## Required action
Look below for the line holding "#36=ORIENTED_EDGE('',*,*,#35,.T.);" and the line holding "#47=VERTEX_POINT('',#46);". Repeat those two and everything between, exactly.

## Records shown
-=-=-=-=-

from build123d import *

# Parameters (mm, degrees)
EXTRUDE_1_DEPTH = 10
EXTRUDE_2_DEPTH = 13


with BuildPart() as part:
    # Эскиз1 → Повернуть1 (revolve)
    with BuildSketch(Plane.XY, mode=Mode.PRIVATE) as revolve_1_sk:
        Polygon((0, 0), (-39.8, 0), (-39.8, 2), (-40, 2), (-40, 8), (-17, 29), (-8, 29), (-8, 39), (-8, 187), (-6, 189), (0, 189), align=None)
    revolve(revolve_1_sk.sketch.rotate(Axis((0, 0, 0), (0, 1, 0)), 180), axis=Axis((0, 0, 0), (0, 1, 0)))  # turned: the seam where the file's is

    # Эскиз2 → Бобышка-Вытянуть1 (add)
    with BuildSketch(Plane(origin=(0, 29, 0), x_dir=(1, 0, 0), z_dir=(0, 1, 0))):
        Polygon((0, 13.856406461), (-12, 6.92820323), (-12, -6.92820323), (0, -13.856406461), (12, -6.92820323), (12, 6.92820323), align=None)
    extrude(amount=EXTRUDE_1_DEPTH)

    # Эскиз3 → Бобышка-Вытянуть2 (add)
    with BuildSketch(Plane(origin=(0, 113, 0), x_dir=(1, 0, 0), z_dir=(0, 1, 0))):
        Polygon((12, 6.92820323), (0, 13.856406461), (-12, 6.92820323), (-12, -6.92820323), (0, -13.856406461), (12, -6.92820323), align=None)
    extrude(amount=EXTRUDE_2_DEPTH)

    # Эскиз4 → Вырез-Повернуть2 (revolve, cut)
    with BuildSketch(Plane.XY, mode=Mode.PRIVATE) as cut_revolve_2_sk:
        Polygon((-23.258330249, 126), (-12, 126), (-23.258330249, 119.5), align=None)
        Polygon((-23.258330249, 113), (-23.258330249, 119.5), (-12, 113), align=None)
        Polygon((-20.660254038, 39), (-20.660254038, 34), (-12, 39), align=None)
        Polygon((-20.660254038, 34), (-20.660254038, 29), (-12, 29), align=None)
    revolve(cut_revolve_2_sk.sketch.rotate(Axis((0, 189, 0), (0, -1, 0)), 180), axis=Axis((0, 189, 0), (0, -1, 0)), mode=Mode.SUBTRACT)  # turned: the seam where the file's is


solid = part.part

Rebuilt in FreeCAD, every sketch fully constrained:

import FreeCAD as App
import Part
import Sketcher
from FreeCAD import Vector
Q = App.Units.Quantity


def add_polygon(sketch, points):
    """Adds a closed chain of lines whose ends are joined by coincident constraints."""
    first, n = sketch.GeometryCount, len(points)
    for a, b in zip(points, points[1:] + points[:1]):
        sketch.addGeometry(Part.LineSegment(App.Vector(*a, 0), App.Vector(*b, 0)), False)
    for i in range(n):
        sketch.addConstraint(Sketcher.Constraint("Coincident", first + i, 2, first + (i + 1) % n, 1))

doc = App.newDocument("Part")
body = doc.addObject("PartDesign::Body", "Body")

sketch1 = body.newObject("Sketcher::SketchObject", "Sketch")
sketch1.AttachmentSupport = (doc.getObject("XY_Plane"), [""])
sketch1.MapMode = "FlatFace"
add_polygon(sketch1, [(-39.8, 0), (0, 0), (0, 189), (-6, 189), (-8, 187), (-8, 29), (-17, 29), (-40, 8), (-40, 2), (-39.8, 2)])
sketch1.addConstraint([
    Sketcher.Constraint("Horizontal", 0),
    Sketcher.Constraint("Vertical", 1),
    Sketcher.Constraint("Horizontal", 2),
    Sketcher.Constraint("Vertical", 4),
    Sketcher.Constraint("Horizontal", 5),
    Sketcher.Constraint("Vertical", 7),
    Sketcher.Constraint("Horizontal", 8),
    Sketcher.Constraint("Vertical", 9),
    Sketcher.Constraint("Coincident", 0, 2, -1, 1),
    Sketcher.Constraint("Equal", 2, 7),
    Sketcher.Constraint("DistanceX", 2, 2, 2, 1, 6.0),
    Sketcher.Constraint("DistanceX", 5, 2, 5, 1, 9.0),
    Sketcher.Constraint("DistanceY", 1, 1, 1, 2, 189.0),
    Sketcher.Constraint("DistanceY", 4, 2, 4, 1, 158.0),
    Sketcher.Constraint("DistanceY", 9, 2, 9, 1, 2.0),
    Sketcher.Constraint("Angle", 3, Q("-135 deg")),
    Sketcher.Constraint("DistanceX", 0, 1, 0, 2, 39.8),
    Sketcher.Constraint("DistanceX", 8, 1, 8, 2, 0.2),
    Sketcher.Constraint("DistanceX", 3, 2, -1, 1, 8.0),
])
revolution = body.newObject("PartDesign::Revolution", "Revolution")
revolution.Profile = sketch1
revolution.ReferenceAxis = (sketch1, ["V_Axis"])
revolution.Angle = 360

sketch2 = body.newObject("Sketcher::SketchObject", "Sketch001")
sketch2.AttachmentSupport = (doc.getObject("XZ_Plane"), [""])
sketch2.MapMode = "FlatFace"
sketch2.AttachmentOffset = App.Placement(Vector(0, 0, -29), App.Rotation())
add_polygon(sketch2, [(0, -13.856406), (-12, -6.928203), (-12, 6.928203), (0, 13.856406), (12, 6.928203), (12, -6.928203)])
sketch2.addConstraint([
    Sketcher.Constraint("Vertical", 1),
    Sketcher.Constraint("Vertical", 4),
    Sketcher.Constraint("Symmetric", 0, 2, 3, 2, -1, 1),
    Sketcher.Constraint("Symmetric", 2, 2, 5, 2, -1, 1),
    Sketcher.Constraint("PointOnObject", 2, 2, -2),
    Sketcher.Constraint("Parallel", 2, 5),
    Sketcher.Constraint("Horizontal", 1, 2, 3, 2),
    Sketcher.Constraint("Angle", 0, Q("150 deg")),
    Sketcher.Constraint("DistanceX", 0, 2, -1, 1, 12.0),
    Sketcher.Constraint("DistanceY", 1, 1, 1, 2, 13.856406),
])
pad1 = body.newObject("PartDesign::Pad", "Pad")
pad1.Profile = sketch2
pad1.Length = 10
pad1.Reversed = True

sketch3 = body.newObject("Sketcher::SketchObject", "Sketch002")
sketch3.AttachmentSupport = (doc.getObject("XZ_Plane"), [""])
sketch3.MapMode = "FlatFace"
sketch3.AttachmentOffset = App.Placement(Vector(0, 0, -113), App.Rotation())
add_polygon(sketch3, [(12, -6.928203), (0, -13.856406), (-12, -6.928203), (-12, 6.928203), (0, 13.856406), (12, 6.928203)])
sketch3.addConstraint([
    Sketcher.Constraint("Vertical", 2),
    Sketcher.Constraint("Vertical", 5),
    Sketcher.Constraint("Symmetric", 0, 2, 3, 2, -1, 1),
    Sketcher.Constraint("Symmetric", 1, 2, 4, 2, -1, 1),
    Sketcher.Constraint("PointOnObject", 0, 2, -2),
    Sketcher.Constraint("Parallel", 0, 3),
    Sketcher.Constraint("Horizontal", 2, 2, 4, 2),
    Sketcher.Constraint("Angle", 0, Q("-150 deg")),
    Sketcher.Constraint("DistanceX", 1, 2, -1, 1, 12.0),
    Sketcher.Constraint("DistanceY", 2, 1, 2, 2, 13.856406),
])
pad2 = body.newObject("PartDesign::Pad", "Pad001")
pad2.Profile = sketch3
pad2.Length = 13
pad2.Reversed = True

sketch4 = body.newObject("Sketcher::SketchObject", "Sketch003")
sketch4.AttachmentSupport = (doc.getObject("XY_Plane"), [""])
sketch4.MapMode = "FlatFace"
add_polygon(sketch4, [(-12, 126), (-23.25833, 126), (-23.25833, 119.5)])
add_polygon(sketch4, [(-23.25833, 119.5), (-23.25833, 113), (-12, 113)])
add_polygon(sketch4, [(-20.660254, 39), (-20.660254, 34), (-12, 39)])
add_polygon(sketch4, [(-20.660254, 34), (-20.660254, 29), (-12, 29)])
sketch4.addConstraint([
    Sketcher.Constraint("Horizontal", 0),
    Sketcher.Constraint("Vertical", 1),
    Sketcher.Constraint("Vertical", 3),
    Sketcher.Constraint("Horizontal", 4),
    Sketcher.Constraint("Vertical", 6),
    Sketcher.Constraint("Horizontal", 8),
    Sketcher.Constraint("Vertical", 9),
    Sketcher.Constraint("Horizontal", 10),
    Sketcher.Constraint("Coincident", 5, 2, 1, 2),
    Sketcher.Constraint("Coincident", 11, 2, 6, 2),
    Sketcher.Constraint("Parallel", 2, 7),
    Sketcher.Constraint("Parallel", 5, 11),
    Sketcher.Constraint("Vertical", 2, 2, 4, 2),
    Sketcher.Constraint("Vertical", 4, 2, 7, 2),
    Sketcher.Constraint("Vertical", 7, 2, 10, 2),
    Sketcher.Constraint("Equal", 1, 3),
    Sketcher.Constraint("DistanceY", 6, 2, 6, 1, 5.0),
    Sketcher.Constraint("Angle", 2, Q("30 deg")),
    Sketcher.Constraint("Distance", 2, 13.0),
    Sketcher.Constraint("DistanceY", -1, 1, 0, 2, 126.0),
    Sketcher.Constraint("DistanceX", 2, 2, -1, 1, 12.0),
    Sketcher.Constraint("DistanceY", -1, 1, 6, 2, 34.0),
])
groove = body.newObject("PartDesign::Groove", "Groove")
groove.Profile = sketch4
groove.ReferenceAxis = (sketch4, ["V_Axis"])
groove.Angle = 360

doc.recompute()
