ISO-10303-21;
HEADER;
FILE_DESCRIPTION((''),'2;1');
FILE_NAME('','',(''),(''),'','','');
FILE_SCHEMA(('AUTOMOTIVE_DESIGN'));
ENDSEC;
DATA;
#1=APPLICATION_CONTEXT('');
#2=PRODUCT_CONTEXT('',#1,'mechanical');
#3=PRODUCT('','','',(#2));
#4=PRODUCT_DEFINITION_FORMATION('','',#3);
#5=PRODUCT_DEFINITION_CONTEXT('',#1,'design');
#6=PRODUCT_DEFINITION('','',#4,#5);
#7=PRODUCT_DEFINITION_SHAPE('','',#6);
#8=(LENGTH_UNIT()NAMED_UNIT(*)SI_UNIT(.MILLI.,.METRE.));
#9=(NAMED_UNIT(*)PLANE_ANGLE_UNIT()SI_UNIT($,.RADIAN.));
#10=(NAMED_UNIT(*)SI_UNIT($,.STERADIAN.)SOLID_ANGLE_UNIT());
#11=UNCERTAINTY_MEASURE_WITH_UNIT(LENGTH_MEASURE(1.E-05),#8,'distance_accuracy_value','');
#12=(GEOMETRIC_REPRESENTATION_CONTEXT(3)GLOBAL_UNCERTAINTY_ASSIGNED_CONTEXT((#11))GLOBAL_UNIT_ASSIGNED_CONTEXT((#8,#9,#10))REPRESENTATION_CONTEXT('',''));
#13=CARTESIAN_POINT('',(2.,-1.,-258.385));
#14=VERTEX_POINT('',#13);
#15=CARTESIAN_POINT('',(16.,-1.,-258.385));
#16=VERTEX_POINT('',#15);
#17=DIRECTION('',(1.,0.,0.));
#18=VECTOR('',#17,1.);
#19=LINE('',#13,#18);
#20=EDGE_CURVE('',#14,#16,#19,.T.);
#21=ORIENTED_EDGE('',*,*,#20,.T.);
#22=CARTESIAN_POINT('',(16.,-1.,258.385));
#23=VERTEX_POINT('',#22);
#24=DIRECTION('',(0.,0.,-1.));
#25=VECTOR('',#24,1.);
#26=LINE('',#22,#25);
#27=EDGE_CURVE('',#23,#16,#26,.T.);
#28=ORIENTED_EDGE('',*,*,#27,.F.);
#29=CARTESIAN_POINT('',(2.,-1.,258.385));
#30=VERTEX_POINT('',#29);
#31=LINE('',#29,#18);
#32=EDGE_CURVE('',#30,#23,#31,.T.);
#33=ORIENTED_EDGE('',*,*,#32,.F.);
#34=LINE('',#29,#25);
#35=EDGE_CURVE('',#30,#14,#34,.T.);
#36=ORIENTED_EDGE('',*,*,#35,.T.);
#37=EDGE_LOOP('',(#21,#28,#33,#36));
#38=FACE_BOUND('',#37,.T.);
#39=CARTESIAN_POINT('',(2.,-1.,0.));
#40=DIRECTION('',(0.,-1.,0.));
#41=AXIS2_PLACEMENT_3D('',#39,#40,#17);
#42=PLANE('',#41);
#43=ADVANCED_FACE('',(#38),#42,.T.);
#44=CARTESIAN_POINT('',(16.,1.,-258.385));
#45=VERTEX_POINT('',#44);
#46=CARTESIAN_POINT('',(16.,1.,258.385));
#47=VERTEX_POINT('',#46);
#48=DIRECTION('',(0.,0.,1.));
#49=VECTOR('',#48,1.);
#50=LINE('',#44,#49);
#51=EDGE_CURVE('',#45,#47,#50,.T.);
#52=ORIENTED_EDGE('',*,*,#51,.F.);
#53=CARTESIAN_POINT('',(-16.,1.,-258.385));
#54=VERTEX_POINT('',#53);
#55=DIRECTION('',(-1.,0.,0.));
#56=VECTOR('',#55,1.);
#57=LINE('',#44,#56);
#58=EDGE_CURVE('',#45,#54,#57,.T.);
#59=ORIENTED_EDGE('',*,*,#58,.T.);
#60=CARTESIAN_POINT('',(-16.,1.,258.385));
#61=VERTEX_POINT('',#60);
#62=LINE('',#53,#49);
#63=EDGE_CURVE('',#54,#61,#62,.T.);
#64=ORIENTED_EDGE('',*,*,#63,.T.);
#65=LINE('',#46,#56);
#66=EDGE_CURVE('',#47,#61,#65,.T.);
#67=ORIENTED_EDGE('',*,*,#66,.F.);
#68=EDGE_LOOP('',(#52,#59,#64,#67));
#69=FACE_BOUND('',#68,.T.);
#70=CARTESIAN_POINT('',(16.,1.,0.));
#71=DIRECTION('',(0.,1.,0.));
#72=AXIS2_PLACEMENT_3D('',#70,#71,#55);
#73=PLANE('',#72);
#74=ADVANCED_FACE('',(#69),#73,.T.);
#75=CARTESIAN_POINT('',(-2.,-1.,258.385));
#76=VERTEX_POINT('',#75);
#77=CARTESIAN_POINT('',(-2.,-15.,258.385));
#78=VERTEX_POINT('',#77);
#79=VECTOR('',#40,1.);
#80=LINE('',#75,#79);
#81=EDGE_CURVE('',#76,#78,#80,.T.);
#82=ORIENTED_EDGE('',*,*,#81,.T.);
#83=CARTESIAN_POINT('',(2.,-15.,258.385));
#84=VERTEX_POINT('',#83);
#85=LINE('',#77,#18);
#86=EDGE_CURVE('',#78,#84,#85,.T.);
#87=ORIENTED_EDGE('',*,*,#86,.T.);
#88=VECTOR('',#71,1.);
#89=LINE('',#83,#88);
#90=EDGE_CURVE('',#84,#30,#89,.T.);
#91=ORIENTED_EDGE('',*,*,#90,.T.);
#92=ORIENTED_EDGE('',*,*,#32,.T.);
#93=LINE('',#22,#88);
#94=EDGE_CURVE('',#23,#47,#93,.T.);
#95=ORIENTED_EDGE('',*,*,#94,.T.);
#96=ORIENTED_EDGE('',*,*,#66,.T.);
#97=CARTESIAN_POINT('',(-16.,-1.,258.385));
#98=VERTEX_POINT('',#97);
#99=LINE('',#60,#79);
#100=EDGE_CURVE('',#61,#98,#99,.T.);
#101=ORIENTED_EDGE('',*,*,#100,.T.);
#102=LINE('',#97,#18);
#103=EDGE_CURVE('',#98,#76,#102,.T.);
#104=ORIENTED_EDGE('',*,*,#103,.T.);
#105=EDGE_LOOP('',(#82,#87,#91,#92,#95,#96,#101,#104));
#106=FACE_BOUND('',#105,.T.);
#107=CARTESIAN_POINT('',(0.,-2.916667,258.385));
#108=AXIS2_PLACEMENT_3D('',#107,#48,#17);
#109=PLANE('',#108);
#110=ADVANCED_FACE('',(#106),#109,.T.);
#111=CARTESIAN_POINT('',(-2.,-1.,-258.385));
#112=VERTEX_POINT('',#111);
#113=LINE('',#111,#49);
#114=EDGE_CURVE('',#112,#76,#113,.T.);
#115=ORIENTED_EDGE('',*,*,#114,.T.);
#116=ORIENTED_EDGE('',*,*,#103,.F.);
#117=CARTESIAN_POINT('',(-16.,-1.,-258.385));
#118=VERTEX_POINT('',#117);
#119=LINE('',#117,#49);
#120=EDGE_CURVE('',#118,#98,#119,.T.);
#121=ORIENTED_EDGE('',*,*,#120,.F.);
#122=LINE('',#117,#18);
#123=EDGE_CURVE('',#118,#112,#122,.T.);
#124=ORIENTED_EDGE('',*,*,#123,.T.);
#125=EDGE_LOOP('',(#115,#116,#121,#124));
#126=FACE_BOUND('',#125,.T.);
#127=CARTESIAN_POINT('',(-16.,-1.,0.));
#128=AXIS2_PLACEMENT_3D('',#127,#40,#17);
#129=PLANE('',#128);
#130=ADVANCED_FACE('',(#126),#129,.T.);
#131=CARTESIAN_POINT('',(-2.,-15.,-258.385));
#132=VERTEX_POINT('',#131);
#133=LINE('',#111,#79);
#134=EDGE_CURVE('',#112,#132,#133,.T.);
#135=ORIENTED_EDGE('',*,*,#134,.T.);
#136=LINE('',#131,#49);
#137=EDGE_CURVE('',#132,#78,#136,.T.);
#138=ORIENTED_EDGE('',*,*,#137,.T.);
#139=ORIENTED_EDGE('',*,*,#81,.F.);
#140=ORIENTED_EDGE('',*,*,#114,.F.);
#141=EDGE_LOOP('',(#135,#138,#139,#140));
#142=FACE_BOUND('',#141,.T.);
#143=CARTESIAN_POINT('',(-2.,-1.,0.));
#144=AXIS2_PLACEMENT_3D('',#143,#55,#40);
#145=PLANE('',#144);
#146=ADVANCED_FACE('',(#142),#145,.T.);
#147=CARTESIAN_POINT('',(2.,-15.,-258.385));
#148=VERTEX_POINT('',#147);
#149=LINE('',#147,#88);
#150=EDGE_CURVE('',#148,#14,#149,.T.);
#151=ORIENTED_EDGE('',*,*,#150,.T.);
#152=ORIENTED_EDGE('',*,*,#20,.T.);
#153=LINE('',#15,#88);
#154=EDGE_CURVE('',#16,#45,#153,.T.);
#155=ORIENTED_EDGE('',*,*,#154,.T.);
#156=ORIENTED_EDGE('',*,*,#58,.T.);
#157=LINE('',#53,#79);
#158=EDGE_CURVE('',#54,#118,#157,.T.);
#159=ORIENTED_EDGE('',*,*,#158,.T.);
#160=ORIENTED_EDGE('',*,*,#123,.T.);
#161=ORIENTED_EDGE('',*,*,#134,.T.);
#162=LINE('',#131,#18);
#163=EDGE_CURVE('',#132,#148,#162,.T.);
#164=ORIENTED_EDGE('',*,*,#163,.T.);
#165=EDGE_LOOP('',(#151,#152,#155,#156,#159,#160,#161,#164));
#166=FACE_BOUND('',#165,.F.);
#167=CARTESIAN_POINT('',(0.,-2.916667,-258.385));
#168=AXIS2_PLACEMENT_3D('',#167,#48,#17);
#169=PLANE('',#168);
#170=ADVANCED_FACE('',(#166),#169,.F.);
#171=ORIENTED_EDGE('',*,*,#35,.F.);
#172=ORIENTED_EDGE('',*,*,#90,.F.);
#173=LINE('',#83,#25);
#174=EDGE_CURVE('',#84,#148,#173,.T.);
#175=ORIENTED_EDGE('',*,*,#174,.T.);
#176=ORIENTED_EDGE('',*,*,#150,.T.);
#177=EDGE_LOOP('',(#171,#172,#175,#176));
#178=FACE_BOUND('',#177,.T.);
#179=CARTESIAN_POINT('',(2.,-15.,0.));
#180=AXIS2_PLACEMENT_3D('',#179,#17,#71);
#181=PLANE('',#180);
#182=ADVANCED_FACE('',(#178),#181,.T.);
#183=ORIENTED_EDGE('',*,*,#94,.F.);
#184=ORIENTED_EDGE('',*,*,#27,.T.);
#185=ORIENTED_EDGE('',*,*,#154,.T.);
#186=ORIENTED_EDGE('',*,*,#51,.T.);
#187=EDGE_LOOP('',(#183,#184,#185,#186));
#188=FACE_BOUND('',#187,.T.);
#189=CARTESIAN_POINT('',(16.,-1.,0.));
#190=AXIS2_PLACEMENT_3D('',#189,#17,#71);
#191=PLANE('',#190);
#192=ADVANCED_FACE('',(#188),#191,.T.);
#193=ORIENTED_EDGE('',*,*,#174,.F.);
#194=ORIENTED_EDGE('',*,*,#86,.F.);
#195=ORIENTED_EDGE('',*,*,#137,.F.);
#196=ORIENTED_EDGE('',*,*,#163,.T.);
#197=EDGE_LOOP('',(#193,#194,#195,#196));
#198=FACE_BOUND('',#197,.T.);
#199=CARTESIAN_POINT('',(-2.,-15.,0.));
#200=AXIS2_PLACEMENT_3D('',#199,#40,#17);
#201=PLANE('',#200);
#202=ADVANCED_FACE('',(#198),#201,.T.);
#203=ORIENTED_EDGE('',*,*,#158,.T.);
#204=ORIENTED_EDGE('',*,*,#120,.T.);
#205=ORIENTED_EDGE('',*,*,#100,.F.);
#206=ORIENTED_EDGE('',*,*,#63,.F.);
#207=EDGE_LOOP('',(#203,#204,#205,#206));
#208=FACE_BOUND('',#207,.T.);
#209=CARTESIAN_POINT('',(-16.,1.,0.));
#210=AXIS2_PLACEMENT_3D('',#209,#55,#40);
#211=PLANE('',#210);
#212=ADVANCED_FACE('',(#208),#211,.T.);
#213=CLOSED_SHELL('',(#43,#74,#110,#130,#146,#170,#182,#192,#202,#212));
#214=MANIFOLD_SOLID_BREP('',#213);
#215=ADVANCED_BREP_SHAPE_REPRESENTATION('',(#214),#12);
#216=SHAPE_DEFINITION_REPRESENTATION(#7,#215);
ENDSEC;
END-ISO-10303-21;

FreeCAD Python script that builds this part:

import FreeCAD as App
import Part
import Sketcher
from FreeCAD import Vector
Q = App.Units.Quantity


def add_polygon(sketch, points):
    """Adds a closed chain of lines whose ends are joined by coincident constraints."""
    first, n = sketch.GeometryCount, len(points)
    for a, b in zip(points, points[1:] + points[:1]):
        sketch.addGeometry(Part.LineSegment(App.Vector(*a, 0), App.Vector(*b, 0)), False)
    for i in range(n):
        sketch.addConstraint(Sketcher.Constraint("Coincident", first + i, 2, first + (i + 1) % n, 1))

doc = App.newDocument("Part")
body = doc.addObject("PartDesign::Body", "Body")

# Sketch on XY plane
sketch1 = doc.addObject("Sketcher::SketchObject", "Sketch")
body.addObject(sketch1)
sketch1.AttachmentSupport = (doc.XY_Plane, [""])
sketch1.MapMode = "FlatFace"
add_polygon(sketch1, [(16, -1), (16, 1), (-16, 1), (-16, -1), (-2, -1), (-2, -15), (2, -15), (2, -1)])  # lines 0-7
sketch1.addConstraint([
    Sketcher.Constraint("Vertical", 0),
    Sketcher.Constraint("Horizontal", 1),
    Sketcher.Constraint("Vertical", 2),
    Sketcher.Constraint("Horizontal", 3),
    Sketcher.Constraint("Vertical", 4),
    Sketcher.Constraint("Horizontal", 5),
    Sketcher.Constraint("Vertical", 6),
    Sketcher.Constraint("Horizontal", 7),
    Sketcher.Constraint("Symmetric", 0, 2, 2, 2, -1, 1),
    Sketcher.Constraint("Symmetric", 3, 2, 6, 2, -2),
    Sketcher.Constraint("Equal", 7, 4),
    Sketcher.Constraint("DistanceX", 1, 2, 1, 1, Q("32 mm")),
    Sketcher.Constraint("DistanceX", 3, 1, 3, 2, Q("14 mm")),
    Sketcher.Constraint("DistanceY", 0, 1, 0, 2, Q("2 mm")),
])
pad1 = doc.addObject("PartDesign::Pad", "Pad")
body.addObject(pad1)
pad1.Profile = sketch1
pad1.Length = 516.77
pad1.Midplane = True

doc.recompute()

-=-=-=-=-

## Task response
#36=ORIENTED_EDGE('',*,*,#35,.T.);
#37=EDGE_LOOP('',(#21,#28,#33,#36));
#38=FACE_BOUND('',#37,.T.);
#39=CARTESIAN_POINT('',(2.,-1.,0.));
#40=DIRECTION('',(0.,-1.,0.));
#41=AXIS2_PLACEMENT_3D('',#39,#40,#17);
#42=PLANE('',#41);
#43=ADVANCED_FACE('',(#38),#42,.T.);
#44=CARTESIAN_POINT('',(16.,1.,-258.385));
#45=VERTEX_POINT('',#44);
#46=CARTESIAN_POINT('',(16.,1.,258.385));
#47=VERTEX_POINT('',#46);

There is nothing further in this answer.